Introduction

When adding a new version to analyze an Application that includes Maven based source code, you have several choices with regard to specifying where the required Maven repositories are located. The location of the repository is crucial to ensure that any associated JAR files can be automatically discovered and that POM dependencies can also be located. You can do as follows:

  • You can include the Maven repository when you deliver the source code (i.e. in the ZIP or in the designated source code folder). Place the contents of the Maven repository (using the same file structure) at the root of the ZIP, for example:
D:\temp
	|-----JEE-Java
	|-----MavenRepo
	|-----OtherTechno2
  • You can define local Maven repositories for a single Application
  • You can define remote HTTP/S Maven repositories for a single Application
  • You can define local Maven repositories for all Nodes/Applications
  • You can define remote HTTP/S Maven repositories for all Nodes/Applications

Console will also use the above order to prioritise the various repositories. In other words, if you include a repository in the ZIP or in the designated source code folder this will be used instead of any local or remote repositories that have been defined at global or Application level.

Define a repository at Application level - local .m2 and remote HTTP/S repositories

Repositories discovered in the uploaded source code and any local repositories always take priority over any local/remote HTTP/S repositories.
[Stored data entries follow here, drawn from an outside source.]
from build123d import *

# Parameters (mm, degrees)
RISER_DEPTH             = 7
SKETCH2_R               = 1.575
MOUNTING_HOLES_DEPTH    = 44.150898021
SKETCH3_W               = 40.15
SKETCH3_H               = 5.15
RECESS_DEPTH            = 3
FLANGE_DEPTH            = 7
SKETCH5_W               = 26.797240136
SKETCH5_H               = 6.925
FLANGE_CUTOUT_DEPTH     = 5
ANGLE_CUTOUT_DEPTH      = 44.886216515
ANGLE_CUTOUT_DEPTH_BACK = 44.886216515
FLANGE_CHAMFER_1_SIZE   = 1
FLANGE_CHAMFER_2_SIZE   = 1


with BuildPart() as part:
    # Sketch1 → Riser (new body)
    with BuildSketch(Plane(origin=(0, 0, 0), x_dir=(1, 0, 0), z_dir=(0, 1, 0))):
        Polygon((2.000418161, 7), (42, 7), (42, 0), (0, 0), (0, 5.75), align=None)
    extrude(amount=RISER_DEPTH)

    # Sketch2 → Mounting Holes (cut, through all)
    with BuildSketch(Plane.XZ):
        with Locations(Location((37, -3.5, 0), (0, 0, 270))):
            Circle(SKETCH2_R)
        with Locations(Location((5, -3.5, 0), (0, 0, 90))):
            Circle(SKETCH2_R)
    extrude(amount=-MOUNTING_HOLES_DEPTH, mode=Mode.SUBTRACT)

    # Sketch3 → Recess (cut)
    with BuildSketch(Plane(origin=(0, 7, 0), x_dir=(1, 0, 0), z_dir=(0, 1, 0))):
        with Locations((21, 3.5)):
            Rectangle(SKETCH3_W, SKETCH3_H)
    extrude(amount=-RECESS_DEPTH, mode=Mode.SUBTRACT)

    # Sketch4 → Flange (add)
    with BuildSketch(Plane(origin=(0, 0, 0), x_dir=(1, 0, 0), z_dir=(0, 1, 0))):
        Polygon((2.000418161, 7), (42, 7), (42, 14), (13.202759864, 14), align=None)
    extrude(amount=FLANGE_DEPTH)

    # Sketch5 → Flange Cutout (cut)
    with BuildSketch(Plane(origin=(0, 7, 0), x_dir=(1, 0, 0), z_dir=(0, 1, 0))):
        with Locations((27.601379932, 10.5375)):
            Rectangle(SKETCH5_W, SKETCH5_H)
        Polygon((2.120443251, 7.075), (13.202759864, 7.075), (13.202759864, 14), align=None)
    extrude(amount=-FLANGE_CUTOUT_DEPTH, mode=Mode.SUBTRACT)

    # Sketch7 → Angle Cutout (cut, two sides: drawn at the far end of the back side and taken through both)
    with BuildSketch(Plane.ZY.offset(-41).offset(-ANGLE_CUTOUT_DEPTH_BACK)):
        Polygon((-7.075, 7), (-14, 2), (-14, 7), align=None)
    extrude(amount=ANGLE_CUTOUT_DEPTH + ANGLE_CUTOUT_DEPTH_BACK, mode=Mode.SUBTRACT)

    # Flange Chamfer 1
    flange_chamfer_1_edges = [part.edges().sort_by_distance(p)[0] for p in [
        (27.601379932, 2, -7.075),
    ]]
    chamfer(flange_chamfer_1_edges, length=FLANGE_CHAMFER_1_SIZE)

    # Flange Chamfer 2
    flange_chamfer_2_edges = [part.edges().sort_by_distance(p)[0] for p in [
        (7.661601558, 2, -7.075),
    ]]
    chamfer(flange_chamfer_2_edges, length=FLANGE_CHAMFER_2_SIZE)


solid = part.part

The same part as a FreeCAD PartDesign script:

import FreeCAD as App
import Part
import Sketcher
from FreeCAD import Vector
Q = App.Units.Quantity


def edges_at(feature, points):
    """Names of the edges that pass closest to the given points."""
    edges = feature.Shape.Edges
    near = lambda p: min(range(len(edges)), key=lambda i: edges[i].distToShape(Part.Vertex(*p))[0])
    return sorted({f"Edge{near(p) + 1}" for p in points})


def add_polygon(sketch, points):
    """Adds a closed chain of lines whose ends are joined by coincident constraints."""
    first, n = sketch.GeometryCount, len(points)
    for a, b in zip(points, points[1:] + points[:1]):
        sketch.addGeometry(Part.LineSegment(App.Vector(*a, 0), App.Vector(*b, 0)), False)
    for i in range(n):
        sketch.addConstraint(Sketcher.Constraint("Coincident", first + i, 2, first + (i + 1) % n, 1))

doc = App.newDocument("Part")
params = doc.addObject("Spreadsheet::Sheet", "Params")
for row, (alias, value) in enumerate([
    ("sketch1_width", "42 mm"),
    ("sketch1_height", "7 mm"),
    ("sketch1_height2", "5.75 mm"),
    ("pad1_length", "7 mm"),
    ("sketch2_diameter", "3.15 mm"),
    ("sketch3_width", "40.15 mm"),
    ("sketch3_height", "5.15 mm"),
    ("pocket2_length", "3 mm"),
    ("sketch4_height", "7 mm"),
    ("pad2_length", "7 mm"),
    ("pocket3_length", "5 mm"),
    ("sketch6_width", "5 mm"),
    ("chamfer_size", "1 mm"),
    ("chamfer2_size", "1 mm"),
], start=1):
    params.set(f"A{row}", alias)
    params.set(f"B{row}", "=" + value)
    params.setAlias(f"B{row}", alias)

body = doc.addObject("PartDesign::Body", "Body")

# Sketch on XZ plane
sketch1 = doc.addObject("Sketcher::SketchObject", "Sketch")
body.addObject(sketch1)
sketch1.AttachmentSupport = (doc.XZ_Plane, [""])
sketch1.MapMode = "FlatFace"
add_polygon(sketch1, [(42, -7), (2, -7), (0, -5.8), (0, 0), (42, 0)])  # lines 0-4
sketch1.addConstraint(Sketcher.Constraint("Horizontal", 0))
sketch1.addConstraint(Sketcher.Constraint("Vertical", 2))
sketch1.addConstraint(Sketcher.Constraint("Horizontal", 3))
sketch1.addConstraint(Sketcher.Constraint("Vertical", 4))
sketch1.addConstraint(Sketcher.Constraint("Coincident", 2, 2, -1, 1))
sketch1.addConstraint(Sketcher.Constraint("DistanceX", 3, 1, 3, 2, Q("42 mm")))
sketch1.addConstraint(Sketcher.Constraint("DistanceY", 4, 2, 4, 1, Q("7 mm")))
sketch1.addConstraint(Sketcher.Constraint("Angle", 1, Q("148 deg")))
sketch1.addConstraint(Sketcher.Constraint("DistanceY", 2, 1, 2, 2, Q("5.75 mm")))
sketch1.setExpression("Constraints[10]", "Params.sketch1_width")
sketch1.setExpression("Constraints[11]", "Params.sketch1_height")
sketch1.setExpression("Constraints[13]", "Params.sketch1_height2")
pad1 = doc.addObject("PartDesign::Pad", "Pad")
body.addObject(pad1)
pad1.Profile = sketch1
pad1.setExpression("Length", "Params.pad1_length")
pad1.Reversed = True

# Sketch on XZ plane
sketch2 = doc.addObject("Sketcher::SketchObject", "Sketch001")
body.addObject(sketch2)
sketch2.AttachmentSupport = (doc.XZ_Plane, [""])
sketch2.MapMode = "FlatFace"
sketch2.addGeometry(Part.Circle(Vector(37, -3.5, 0), Vector(0, 0, 1), 1.6), False)
sketch2.addGeometry(Part.Circle(Vector(5, -3.5, 0), Vector(0, 0, 1), 1.6), False)
sketch2.addConstraint(Sketcher.Constraint("Equal", 0, 1))
sketch2.addConstraint(Sketcher.Constraint("Horizontal", 0, 3, 1, 3))
sketch2.addConstraint(Sketcher.Constraint("Diameter", 0, Q("3.15 mm")))
sketch2.addConstraint(Sketcher.Constraint("DistanceX", -1, 1, 0, 3, Q("37 mm")))
sketch2.addConstraint(Sketcher.Constraint("DistanceX", -1, 1, 1, 3, Q("5 mm")))
sketch2.addConstraint(Sketcher.Constraint("DistanceY", 0, 3, -1, 1, Q("3.5 mm")))
sketch2.setExpression("Constraints[2]", "Params.sketch2_diameter")
pocket1 = doc.addObject("PartDesign::Pocket", "Pocket")
body.addObject(pocket1)
pocket1.Profile = sketch2
pocket1.Type = "ThroughAll"

# Sketch on XZ plane
sketch3 = doc.addObject("Sketcher::SketchObject", "Sketch002")
body.addObject(sketch3)
sketch3.AttachmentSupport = (doc.XZ_Plane, [""])
sketch3.MapMode = "FlatFace"
sketch3.AttachmentOffset = App.Placement(Vector(0, 0, -7), App.Rotation())
add_polygon(sketch3, [(1, -6), (1, -1), (41, -1), (41, -6)])  # lines 0-3
sketch3.addConstraint(Sketcher.Constraint("Vertical", 0))
sketch3.addConstraint(Sketcher.Constraint("Horizontal", 1))
sketch3.addConstraint(Sketcher.Constraint("Vertical", 2))
sketch3.addConstraint(Sketcher.Constraint("Horizontal", 3))
sketch3.addConstraint(Sketcher.Constraint("DistanceX", 1, 1, 1, 2, Q("40.15 mm")))
sketch3.addConstraint(Sketcher.Constraint("DistanceY", 0, 1, 0, 2, Q("5.15 mm")))
sketch3.addConstraint(Sketcher.Constraint("DistanceX", -1, 1, 0, 2, Q("0.925 mm")))
sketch3.addConstraint(Sketcher.Constraint("DistanceY", 0, 2, -1, 1, Q("0.925 mm")))
sketch3.setExpression("Constraints[8]", "Params.sketch3_width")
sketch3.setExpression("Constraints[9]", "Params.sketch3_height")
pocket2 = doc.addObject("PartDesign::Pocket", "Pocket001")
body.addObject(pocket2)
pocket2.Profile = sketch3
pocket2.setExpression("Length", "Params.pocket2_length")
pocket2.Reversed = True

# Sketch on XZ plane
sketch4 = doc.addObject("Sketcher::SketchObject", "Sketch003")
body.addObject(sketch4)
sketch4.AttachmentSupport = (doc.XZ_Plane, [""])
sketch4.MapMode = "FlatFace"
add_polygon(sketch4, [(2, -7), (42, -7), (42, -14), (13, -14)])  # lines 0-3
sketch4.addConstraint(Sketcher.Constraint("Horizontal", 0))
sketch4.addConstraint(Sketcher.Constraint("Vertical", 1))
sketch4.addConstraint(Sketcher.Constraint("Horizontal", 2))
sketch4.addConstraint(Sketcher.Constraint("DistanceY", 1, 2, 1, 1, Q("7 mm")))
sketch4.addConstraint(Sketcher.Constraint("Angle", 3, Q("148 deg")))
sketch4.addConstraint(Sketcher.Constraint("DistanceX", -1, 1, 0, 2, Q("42 mm")))
sketch4.addConstraint(Sketcher.Constraint("DistanceY", 0, 2, -1, 1, Q("7 mm")))
sketch4.addConstraint(Sketcher.Constraint("DistanceX", 0, 1, 0, 2, Q("39.999582 mm")))
sketch4.setExpression("Constraints[7]", "Params.sketch4_height")
pad2 = doc.addObject("PartDesign::Pad", "Pad001")
body.addObject(pad2)
pad2.Profile = sketch4
pad2.setExpression("Length", "Params.pad2_length")
pad2.Reversed = True

# Sketch on XZ plane
sketch5 = doc.addObject("Sketcher::SketchObject", "Sketch004")
body.addObject(sketch5)
sketch5.AttachmentSupport = (doc.XZ_Plane, [""])
sketch5.MapMode = "FlatFace"
sketch5.AttachmentOffset = App.Placement(Vector(0, 0, -7), App.Rotation())
add_polygon(sketch5, [(14, -14), (14, -7), (41, -7), (41, -14)])  # lines 0-3
add_polygon(sketch5, [(2, -7), (13, -7), (13, -14)])  # lines 4-6
sketch5.addConstraint(Sketcher.Constraint("Vertical", 0))
sketch5.addConstraint(Sketcher.Constraint("Horizontal", 1))
sketch5.addConstraint(Sketcher.Constraint("Vertical", 2))
sketch5.addConstraint(Sketcher.Constraint("Horizontal", 3))
sketch5.addConstraint(Sketcher.Constraint("Horizontal", 4))
sketch5.addConstraint(Sketcher.Constraint("Vertical", 5))
sketch5.addConstraint(Sketcher.Constraint("Horizontal", 1, 2, 4, 2))
sketch5.addConstraint(Sketcher.Constraint("Horizontal", 3, 2, 5, 2))
sketch5.addConstraint(Sketcher.Constraint("Angle", 6, Q("148 deg")))
sketch5.addConstraint(Sketcher.Constraint("DistanceX", -1, 1, 1, 2, Q("41 mm")))
sketch5.addConstraint(Sketcher.Constraint("DistanceY", 2, 2, -1, 1, Q("14 mm")))
sketch5.addConstraint(Sketcher.Constraint("DistanceX", 4, 2, 0, 2, Q("1 mm")))
sketch5.addConstraint(Sketcher.Constraint("DistanceY", 0, 1, 0, 2, Q("6.925 mm")))
sketch5.addConstraint(Sketcher.Constraint("DistanceX", 1, 1, 1, 2, Q("26.79724 mm")))
pocket3 = doc.addObject("PartDesign::Pocket", "Pocket002")
body.addObject(pocket3)
pocket3.Profile = sketch5
pocket3.setExpression("Length", "Params.pocket3_length")
pocket3.Reversed = True

# Sketch on YZ plane
sketch6 = doc.addObject("Sketcher::SketchObject", "Sketch005")
body.addObject(sketch6)
sketch6.AttachmentSupport = (doc.YZ_Plane, [""])
sketch6.MapMode = "FlatFace"
sketch6.AttachmentOffset = App.Placement(Vector(0, 0, 41), App.Rotation())
add_polygon(sketch6, [(2, -14), (7, -7), (7, -14)])  # lines 0-2
sketch6.addConstraint(Sketcher.Constraint("Vertical", 1))
sketch6.addConstraint(Sketcher.Constraint("Horizontal", 2))
sketch6.addConstraint(Sketcher.Constraint("DistanceX", 2, 2, 2, 1, Q("5 mm")))
sketch6.addConstraint(Sketcher.Constraint("DistanceX", -1, 1, 0, 2, Q("7 mm")))
sketch6.addConstraint(Sketcher.Constraint("DistanceY", 1, 2, -1, 1, Q("14 mm")))
sketch6.addConstraint(Sketcher.Constraint("DistanceY", 1, 2, 1, 1, Q("6.925 mm")))
sketch6.setExpression("Constraints[5]", "Params.sketch6_width")
pocket4 = doc.addObject("PartDesign::Pocket", "Pocket003")
body.addObject(pocket4)
pocket4.Profile = sketch6
pocket4.Type = "ThroughAll"
pocket4.Midplane = True
doc.recompute()

chamfer = doc.addObject("PartDesign::Chamfer", "Chamfer")
body.addObject(chamfer)
chamfer.Base = (pocket4, edges_at(pocket4, [(27.601, 2, -7.075)]))
chamfer.setExpression("Size", "Params.chamfer_size")
doc.recompute()

chamfer2 = doc.addObject("PartDesign::Chamfer", "Chamfer001")
body.addObject(chamfer2)
chamfer2.Base = (chamfer, edges_at(chamfer, [(7.662, 2, -7.075)]))
chamfer2.setExpression("Size", "Params.chamfer2_size")

doc.recompute()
Local and remote repositories can be defined at Application level and are valid only for the specific Application:

Define a repository at global level for all Nodes/Applications - local .m2 and remote HTTP/S repositories

Repositories discovered in the uploaded source code, any repositories defined at Application level and any local repositories always take priority over any local/remote HTTP/S repositories.

Local and remote repositories can be defined using the Administration Center and are valid for all Nodes/Applications managed by Console:

Format of the various folders created after delivering the source code

When you configure a local or remote repository, the folders that are created in the Deployment folder after delivering the source code will be as follows:

Repo typeFolders
local (i.e. path of ".m2" repository)
  • First folder with name "mainSource".
  • Second folder with name "mavenPck" containing the jar files.
http (local/remote)
  • First folder with name "mainSource".
  • Second folder with name "mavenHTTPPck" containing the jar files.
both local and http
  • First folder with name "mainSource".
  • Second folder with name "mavenPck" containing the jar files.
  • Second folder with name "mavenHTTPPck" containing the jar files.

Troubleshooting issues accessing remote HTTPS repositories

In certain situations, an error may be registered in the Delivery log when the Node attempts to access an HTTPS repository. For example, in the log located at delivery\{app-guid}\data\{guid}\{guid}\{guid}\DMTDeliveryReport.CastLog2:

ERROR cast.dmt.engine.extractor.jee.maven.http.connectionFailed Unkown format id: cast.dmt.engine.extractor.jee.maven.http.connectionFailed =>  %URL%="https://my.maven.repo/artifactory/maven-release/"
%MESSAGE%="sun.security.validator.ValidatorException: PKIX path building failed: sun.security.provider.certpath.SunCertPathBuilderException: unable to find valid certification path to requested target"           
javax.net.ssl.SSLHandshakeException:sun.security.validator.ValidatorException: PKIX path building failed: sun.security.provider.certpath.SunCertPathBuilderException: unable to find valid certification path to requested target at sun.security.ssl.Alerts.getSSLException(:0).

The error reported in the log is generated by the DeliveryManagerTool-CLI.exe tool located on the Node. This tool uses the Java JRE delivered with AIP Core in the following location:

%PROGRAMFILES%\CAST\<release>\jre\

This error usually occurs if the remote HTTPS repository you have defined is using an SSL certificate:

  • where the signing authority is not listed in the Java JRE cacerts file located at %PROGRAMFILES%\CAST\<release>\jre\security\cacerts

  • that is self-signed

Resolving the issue involves importing the required SSL certificates into the Java JRE delivered with AIP Core - this is out of the scope of this document.